Scan the records below for the line with "f 448 386 456" and the line with "f 430 466 457". Repeat those two lines and every line between them exactly, and nothing else.
** Input records follows **
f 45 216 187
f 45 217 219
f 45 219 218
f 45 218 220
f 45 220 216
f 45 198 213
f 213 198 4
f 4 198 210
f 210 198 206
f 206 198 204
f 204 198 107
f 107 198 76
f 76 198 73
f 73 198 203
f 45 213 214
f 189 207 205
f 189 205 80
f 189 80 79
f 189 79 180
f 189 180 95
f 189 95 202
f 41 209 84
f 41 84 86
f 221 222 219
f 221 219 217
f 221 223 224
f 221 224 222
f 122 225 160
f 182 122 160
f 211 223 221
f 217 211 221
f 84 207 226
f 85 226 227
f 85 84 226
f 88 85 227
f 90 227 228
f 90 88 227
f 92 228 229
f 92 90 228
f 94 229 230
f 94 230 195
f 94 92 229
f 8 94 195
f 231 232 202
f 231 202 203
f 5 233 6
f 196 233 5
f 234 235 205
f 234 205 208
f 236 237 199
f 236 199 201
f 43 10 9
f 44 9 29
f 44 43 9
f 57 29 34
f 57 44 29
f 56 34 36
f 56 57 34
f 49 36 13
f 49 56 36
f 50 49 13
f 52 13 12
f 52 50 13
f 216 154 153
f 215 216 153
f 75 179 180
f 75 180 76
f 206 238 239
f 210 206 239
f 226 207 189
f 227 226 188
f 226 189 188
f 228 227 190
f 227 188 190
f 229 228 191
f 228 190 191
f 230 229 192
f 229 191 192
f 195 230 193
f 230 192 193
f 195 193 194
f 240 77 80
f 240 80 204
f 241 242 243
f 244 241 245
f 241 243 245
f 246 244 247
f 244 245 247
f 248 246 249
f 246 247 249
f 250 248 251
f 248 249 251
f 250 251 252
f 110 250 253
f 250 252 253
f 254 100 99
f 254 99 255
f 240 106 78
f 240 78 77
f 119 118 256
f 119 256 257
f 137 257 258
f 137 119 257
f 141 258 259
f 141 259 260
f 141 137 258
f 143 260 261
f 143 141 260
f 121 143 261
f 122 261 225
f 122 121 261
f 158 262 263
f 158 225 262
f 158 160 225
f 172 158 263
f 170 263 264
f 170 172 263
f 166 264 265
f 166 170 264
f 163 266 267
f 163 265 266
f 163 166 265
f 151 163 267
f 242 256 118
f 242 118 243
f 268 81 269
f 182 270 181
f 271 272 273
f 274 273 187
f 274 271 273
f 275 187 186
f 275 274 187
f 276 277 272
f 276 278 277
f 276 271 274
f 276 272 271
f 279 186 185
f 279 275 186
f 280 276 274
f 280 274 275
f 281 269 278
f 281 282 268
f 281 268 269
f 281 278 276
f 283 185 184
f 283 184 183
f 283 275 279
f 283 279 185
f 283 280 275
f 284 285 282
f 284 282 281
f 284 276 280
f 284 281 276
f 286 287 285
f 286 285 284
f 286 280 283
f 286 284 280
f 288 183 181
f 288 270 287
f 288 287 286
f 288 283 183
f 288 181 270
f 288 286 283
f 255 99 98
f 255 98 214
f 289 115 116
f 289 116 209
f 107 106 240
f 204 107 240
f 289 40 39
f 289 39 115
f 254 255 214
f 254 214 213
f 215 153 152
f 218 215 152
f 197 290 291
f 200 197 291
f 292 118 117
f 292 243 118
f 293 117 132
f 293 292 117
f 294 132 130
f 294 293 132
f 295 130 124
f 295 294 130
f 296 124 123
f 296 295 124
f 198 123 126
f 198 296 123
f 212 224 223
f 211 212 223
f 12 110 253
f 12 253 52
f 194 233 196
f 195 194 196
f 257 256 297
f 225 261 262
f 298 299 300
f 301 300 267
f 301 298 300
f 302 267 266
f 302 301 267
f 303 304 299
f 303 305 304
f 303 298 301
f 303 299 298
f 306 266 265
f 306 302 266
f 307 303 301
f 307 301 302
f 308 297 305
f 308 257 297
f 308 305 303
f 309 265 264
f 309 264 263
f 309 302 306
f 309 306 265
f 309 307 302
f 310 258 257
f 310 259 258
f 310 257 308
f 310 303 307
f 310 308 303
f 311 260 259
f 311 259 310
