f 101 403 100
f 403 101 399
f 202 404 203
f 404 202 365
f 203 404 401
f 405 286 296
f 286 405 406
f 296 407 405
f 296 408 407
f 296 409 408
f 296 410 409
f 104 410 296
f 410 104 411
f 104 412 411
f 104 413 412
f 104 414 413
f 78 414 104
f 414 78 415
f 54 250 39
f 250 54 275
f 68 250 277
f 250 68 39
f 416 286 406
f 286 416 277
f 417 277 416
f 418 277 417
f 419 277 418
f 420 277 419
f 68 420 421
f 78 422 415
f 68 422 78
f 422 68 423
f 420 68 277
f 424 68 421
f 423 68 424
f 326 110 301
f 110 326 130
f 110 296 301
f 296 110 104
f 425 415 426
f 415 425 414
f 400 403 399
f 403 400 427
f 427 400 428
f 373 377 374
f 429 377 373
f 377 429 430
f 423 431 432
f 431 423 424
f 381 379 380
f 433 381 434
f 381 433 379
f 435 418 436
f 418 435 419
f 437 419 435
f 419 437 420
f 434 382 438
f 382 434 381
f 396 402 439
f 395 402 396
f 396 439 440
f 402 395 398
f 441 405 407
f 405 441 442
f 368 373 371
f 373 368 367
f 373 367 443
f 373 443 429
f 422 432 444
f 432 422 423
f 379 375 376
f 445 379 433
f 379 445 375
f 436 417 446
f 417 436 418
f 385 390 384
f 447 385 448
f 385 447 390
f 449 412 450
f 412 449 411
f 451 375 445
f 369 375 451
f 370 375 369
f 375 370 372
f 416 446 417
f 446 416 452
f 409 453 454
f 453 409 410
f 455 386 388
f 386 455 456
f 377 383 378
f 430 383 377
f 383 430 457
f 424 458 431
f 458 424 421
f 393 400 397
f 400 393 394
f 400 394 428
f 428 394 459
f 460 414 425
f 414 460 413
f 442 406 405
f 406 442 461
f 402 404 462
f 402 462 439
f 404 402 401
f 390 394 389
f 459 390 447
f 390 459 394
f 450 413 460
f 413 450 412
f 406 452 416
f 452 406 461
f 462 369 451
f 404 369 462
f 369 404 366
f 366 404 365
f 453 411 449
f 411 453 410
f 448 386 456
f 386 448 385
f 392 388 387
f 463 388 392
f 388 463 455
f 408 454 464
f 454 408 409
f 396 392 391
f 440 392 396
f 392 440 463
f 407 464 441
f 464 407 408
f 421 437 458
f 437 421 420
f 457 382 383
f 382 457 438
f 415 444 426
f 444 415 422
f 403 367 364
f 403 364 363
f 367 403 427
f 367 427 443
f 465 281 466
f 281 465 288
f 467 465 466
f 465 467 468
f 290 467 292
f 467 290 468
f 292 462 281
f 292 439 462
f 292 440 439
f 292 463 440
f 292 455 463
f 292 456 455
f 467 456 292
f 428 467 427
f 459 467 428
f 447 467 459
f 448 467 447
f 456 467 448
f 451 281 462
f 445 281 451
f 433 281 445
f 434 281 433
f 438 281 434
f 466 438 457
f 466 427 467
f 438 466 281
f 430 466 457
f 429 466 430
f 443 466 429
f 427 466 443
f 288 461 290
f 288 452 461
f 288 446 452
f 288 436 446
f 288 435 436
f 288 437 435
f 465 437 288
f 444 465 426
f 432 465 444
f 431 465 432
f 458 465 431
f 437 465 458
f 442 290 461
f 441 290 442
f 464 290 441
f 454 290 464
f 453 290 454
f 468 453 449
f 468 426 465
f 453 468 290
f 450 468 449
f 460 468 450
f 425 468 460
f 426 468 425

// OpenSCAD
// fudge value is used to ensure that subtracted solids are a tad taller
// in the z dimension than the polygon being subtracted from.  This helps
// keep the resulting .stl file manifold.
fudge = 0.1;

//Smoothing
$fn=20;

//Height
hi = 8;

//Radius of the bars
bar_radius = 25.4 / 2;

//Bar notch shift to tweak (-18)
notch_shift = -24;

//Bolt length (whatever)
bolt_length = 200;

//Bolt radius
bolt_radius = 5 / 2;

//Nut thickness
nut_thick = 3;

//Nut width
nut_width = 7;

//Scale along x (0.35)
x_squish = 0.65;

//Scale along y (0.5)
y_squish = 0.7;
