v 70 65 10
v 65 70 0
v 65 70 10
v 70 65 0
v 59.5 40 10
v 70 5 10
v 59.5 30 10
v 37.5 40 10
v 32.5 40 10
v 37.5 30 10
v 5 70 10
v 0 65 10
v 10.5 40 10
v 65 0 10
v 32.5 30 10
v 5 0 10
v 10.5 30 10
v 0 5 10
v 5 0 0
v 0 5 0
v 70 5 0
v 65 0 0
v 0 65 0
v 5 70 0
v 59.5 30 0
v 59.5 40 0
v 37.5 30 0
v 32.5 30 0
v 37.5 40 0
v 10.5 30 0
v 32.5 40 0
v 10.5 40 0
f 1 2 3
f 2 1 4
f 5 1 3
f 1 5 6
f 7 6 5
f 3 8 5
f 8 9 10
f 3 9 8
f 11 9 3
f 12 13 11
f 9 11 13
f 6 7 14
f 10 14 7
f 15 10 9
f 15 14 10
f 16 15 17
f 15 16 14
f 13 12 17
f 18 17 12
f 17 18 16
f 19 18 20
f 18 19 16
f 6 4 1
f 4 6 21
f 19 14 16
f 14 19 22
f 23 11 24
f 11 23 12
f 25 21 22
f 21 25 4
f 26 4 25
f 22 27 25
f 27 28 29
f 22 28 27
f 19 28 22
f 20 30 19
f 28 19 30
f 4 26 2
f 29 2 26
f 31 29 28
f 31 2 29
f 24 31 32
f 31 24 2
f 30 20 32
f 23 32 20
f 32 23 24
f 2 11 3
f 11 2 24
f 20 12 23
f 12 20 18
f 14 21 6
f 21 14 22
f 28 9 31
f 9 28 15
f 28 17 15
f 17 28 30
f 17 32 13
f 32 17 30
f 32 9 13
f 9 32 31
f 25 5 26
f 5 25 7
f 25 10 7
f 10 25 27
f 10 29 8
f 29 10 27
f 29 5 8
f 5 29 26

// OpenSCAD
$fn = 32;

// ----------------------------------------------------------------------
// Windowed plate: 2 voids, 70 x 70 x 10 mm
// ----------------------------------------------------------------------

// --- parameters (mm) ---
plate_l = 70;             // plate length, X
plate_w = 70;             // plate width, Y
plate_t = 10;             // plate thickness, Z
edge_margin = 8;          // wall from the plate edge to any window
windows = 2;              // number of windows in the row
win_l = 22;               // window length
win_w = 10;               // window width
win_pitch = 27;           // window pitch along X
depth_1 = 10;             // depth of void 1 (full thickness = through)
depth_2 = 10;             // depth of void 2 (full thickness = through)
corner_c = 5;             // corner chamfer of the plate

profile = [[5, 0], [65, 0], [70, 5], [70, 65], [65, 70], [5, 70], [0, 65], [0, 5]];  // primary outline, 8 points, counter clockwise
void_1 = [[10.5, 30], [32.5, 30], [32.5, 40], [10.5, 40]];  // window 1 of the row, 4 points
void_2 = [[37.5, 30], [59.5, 30], [59.5, 40], [37.5, 40]];  // window 2 of the row, 4 points

// --- the one profile operation ---
difference() {
  linear_extrude(height = plate_t) polygon(points = profile);
  translate([0, 0, -1])
    linear_extrude(height = plate_t + 2) polygon(points = void_1);
  translate([0, 0, -1])
    linear_extrude(height = plate_t + 2) polygon(points = void_2);
}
** End of Input records **
**Reply:**
f 448 386 456
f 386 448 385
f 392 388 387
f 463 388 392
f 388 463 455
f 408 454 464
f 454 408 409
f 396 392 391
f 440 392 396
f 392 440 463
f 407 464 441
f 464 407 408
f 421 437 458
f 437 421 420
f 457 382 383
f 382 457 438
f 415 444 426
f 444 415 422
f 403 367 364
f 403 364 363
f 367 403 427
f 367 427 443
f 465 281 466
f 281 465 288
f 467 465 466
f 465 467 468
f 290 467 292
f 467 290 468
f 292 462 281
f 292 439 462
f 292 440 439
f 292 463 440
f 292 455 463
f 292 456 455
f 467 456 292
f 428 467 427
f 459 467 428
f 447 467 459
f 448 467 447
f 456 467 448
f 451 281 462
f 445 281 451
f 433 281 445
f 434 281 433
f 438 281 434
f 466 438 457
f 466 427 467
f 438 466 281
f 430 466 457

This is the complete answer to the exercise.